If you’re looking to buy a new house but haven’t sold yours yet, a bridging loan could help fill in the gap.
A bridging loan is usually short-term borrowing used as a way to bridge a gap in funding until your house sale – or other transaction – goes through. Bridging loans can be used if you buy a property at auction and you need the cash immediately but haven’t yet sold your current home.
Be mindful that like other types of secured loan, a bridging loan will be secured on your property meaning if you struggle to keep up with repayments you home could be at risk.

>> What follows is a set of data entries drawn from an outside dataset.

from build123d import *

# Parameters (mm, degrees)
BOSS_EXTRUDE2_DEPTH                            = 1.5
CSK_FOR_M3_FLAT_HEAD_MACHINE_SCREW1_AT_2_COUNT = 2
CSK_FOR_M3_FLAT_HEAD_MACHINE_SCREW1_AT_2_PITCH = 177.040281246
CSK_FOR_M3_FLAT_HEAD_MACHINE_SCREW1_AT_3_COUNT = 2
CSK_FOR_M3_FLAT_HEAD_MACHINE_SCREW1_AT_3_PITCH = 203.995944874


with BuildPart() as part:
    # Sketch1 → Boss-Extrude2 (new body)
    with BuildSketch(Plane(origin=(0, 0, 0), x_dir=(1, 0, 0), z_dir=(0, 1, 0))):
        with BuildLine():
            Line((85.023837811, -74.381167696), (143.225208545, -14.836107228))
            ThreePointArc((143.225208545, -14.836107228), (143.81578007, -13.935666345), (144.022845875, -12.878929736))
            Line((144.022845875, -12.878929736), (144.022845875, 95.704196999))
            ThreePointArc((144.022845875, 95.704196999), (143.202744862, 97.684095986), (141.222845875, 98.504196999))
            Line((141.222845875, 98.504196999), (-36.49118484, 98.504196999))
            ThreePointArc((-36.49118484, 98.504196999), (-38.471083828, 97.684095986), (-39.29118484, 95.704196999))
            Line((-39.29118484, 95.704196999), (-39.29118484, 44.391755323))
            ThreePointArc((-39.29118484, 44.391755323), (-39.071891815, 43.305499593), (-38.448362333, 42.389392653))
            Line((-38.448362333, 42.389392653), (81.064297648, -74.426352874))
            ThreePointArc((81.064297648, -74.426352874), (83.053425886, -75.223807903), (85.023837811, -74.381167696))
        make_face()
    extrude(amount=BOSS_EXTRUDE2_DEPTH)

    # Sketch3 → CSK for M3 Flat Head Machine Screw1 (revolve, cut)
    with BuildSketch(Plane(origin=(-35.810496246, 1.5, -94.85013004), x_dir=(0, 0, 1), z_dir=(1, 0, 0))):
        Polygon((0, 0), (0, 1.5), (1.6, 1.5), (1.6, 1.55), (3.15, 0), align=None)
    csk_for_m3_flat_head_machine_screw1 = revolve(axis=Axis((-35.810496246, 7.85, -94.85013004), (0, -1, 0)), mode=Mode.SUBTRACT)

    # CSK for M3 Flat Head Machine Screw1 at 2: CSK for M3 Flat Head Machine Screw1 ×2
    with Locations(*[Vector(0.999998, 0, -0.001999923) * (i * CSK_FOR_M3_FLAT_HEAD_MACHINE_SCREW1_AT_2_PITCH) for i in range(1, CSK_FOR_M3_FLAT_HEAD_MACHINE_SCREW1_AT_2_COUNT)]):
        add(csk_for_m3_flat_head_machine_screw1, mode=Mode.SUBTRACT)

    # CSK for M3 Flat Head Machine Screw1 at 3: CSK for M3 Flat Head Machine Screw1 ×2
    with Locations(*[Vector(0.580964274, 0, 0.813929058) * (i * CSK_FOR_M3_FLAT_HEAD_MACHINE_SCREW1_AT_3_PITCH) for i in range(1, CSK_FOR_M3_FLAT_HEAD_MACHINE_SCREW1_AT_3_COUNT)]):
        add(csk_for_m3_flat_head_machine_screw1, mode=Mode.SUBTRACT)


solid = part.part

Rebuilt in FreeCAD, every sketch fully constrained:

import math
import FreeCAD as App
import Part
import Sketcher
Q = App.Units.Quantity

doc = App.newDocument("Part")
body = doc.addObject("PartDesign::Body", "Body")

# Sketch on XZ plane
sketch1 = doc.addObject("Sketcher::SketchObject", "Sketch")
body.addObject(sketch1)
sketch1.AttachmentSupport = (doc.XZ_Plane, [""])
sketch1.MapMode = "FlatFace"
sketch1.addGeometry([
    Part.LineSegment(App.Vector(85, 74.4, 0), App.Vector(143.2, 14.8, 0)),  # 0
    Part.ArcOfCircle(Part.Circle(App.Vector(141.2, 12.9, 0), App.Vector(0, 0, 1), 2.8), math.radians(0), math.radians(44)),  # 1
    Part.LineSegment(App.Vector(144, 12.9, 0), App.Vector(144, -95.7, 0)),  # 2
    Part.ArcOfCircle(Part.Circle(App.Vector(141.2, -95.7, 0), App.Vector(0, 0, 1), 2.8), math.radians(-90), math.radians(0)),  # 3
    Part.LineSegment(App.Vector(141.2, -98.5, 0), App.Vector(-36.5, -98.5, 0)),  # 4
    Part.ArcOfCircle(Part.Circle(App.Vector(-36.5, -95.7, 0), App.Vector(0, 0, 1), 2.8), math.radians(180), math.radians(270)),  # 5
    Part.LineSegment(App.Vector(-39.3, -95.7, 0), App.Vector(-39.3, -44.4, 0)),  # 6
    Part.ArcOfCircle(Part.Circle(App.Vector(-36.5, -44.4, 0), App.Vector(0, 0, 1), 2.8), math.radians(134), math.radians(180)),  # 7
    Part.LineSegment(App.Vector(-38.4, -42.4, 0), App.Vector(81.1, 74.4, 0)),  # 8
    Part.ArcOfCircle(Part.Circle(App.Vector(83, 72.4, 0), App.Vector(0, 0, 1), 2.8), math.radians(44), math.radians(134)),  # 9
], False)
sketch1.addConstraint([
    Sketcher.Constraint("Tangent", 0, 2, 1, 2),
    Sketcher.Constraint("Tangent", 1, 1, 2, 1),
    Sketcher.Constraint("Tangent", 2, 2, 3, 2),
    Sketcher.Constraint("Tangent", 3, 1, 4, 1),
    Sketcher.Constraint("Tangent", 4, 2, 5, 2),
    Sketcher.Constraint("Tangent", 5, 1, 6, 1),
    Sketcher.Constraint("Tangent", 6, 2, 7, 2),
    Sketcher.Constraint("Tangent", 7, 1, 8, 1),
    Sketcher.Constraint("Tangent", 8, 2, 9, 2),
    Sketcher.Constraint("Tangent", 9, 1, 0, 1),
    Sketcher.Constraint("Vertical", 2),
    Sketcher.Constraint("Horizontal", 4),
    Sketcher.Constraint("Vertical", 6),
    Sketcher.Constraint("Equal", 1, 3),
    Sketcher.Constraint("Equal", 3, 5),
    Sketcher.Constraint("Equal", 5, 7),
    Sketcher.Constraint("Equal", 7, 9),
    Sketcher.Constraint("Perpendicular", 0, 8),
    Sketcher.Constraint("Radius", 1, 2.8),
    Sketcher.Constraint("Distance", 8, 167.120299),
    Sketcher.Constraint("DistanceX", 4, 2, 4, 1, 177.714031),
    Sketcher.Constraint("DistanceY", 6, 1, 6, 2, 51.312442),
    Sketcher.Constraint("Distance", 0, 83.264721),
    Sketcher.Constraint("DistanceY", -1, 1, 1, 3, 12.87893),
    Sketcher.Constraint("DistanceX", -1, 1, 0, 2, 143.225209),
])
pad1 = doc.addObject("PartDesign::Pad", "Pad")
body.addObject(pad1)
pad1.Profile = sketch1
pad1.Length = 1.5
pad1.Reversed = True

# Sketch on YZ plane
sketch2 = doc.addObject("Sketcher::SketchObject", "Sketch001")
body.addObject(sketch2)
sketch2.AttachmentSupport = (doc.YZ_Plane, [""])
sketch2.MapMode = "FlatFace"
sketch2.AttachmentOffset = App.Placement(App.Vector(0, 0, -35.810496), App.Rotation())
sketch2.addGeometry([
    Part.LineSegment(App.Vector(0, -94.85, 0), App.Vector(1.5, -94.85, 0)),  # 0
    Part.LineSegment(App.Vector(1.5, -94.85, 0), App.Vector(1.5, -91.7, 0)),  # 1
    Part.LineSegment(App.Vector(1.5, -91.7, 0), App.Vector(-0.05, -93.25, 0)),  # 2
    Part.LineSegment(App.Vector(-0.05, -93.25, 0), App.Vector(0, -93.25, 0)),  # 3
    Part.LineSegment(App.Vector(0, -93.25, 0), App.Vector(0, -94.85, 0)),  # 4
], False)
sketch2.addGeometry(Part.LineSegment(App.Vector(1.5, -94.85, 0), App.Vector(-0.05, -94.85, 0)), True)  # axis
sketch2.addConstraint([
    Sketcher.Constraint("Coincident", 0, 2, 1, 1),
    Sketcher.Constraint("Coincident", 1, 2, 2, 1),
    Sketcher.Constraint("Coincident", 2, 2, 3, 1),
    Sketcher.Constraint("Coincident", 3, 2, 4, 1),
    Sketcher.Constraint("Coincident", 4, 2, 0, 1),
    Sketcher.Constraint("Horizontal", 0),
    Sketcher.Constraint("Vertical", 1),
    Sketcher.Constraint("Horizontal", 3),
    Sketcher.Constraint("Vertical", 4),
    Sketcher.Constraint("Horizontal", 5),
    Sketcher.Constraint("Coincident", 5, 1, 0, 2),
    Sketcher.Constraint("PointOnObject", 3, 2, -2),
    Sketcher.Constraint("Vertical", 2, 2, 5, 2),
    Sketcher.Constraint("Angle", 2, Q("-135 deg")),
    Sketcher.Constraint("DistanceX", 0, 1, 0, 2, 1.5),
    Sketcher.Constraint("DistanceY", 4, 2, 4, 1, 1.6),
    Sketcher.Constraint("DistanceX", 3, 1, 3, 2, 0.05),
    Sketcher.Constraint("DistanceY", 0, 2, -1, 1, 94.85013),
])
groove = doc.addObject("PartDesign::Groove", "Groove")
body.addObject(groove)
groove.Profile = sketch2
groove.ReferenceAxis = (sketch2, ["Axis0"])
groove.Angle = 360
doc.recompute()

datumline = doc.addObject("PartDesign::Line", "DatumLine")
body.addObject(datumline)
datumline.Placement = App.Placement(App.Vector(0, 0, 0), App.Rotation(App.Vector(0, 0, 1), App.Vector(0.999998, 0, -0.001999923)))
linearpattern = doc.addObject("PartDesign::LinearPattern", "LinearPattern")
body.addObject(linearpattern)
linearpattern.Originals = [groove]
linearpattern.Direction = (datumline, [""])
linearpattern.Mode = "offset"
linearpattern.Offset = 177.040281
linearpattern.Occurrences = 2
body.Tip = linearpattern
doc.recompute()

datumline2 = doc.addObject("PartDesign::Line", "DatumLine001")
body.addObject(datumline2)
datumline2.Placement = App.Placement(App.Vector(0, 0, 0), App.Rotation(App.Vector(0, 0, 1), App.Vector(0.580964274, 0, 0.813929058)))
linearpattern2 = doc.addObject("PartDesign::LinearPattern", "LinearPattern001")
body.addObject(linearpattern2)
linearpattern2.Originals = [groove]
linearpattern2.Direction = (datumline2, [""])
linearpattern2.Mode = "offset"
linearpattern2.Offset = 203.995945
linearpattern2.Occurrences = 2
body.Tip = linearpattern2

doc.recompute()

Bridge loans help to 'bridge the gap' when you need to borrow money for a short amount of time. They're most commonly used when you want to buy a new home, but your current home hasn't sold yet. Here’s how a typical bridging loan might work:
You're eyeing up a new house priced at £350,000
You need £100,000 to put down as a deposit. The rest will be borrowed through a mortgage
You have £25,000 in savings so you’ll need £75,000 more for the deposit
You're waiting for your current home to sell, valued at £250,000
You choose to take out a bridging loan for £75,000 to 'bridge the gap' for the deposit
You repay the loan – and interest - when you sell your current house
With a closed bridging loan, there is a fixed repayment date. But with an open bridging loan you’ll have no fixed repayment date, although you'll typically be expected to pay off the loan within one year.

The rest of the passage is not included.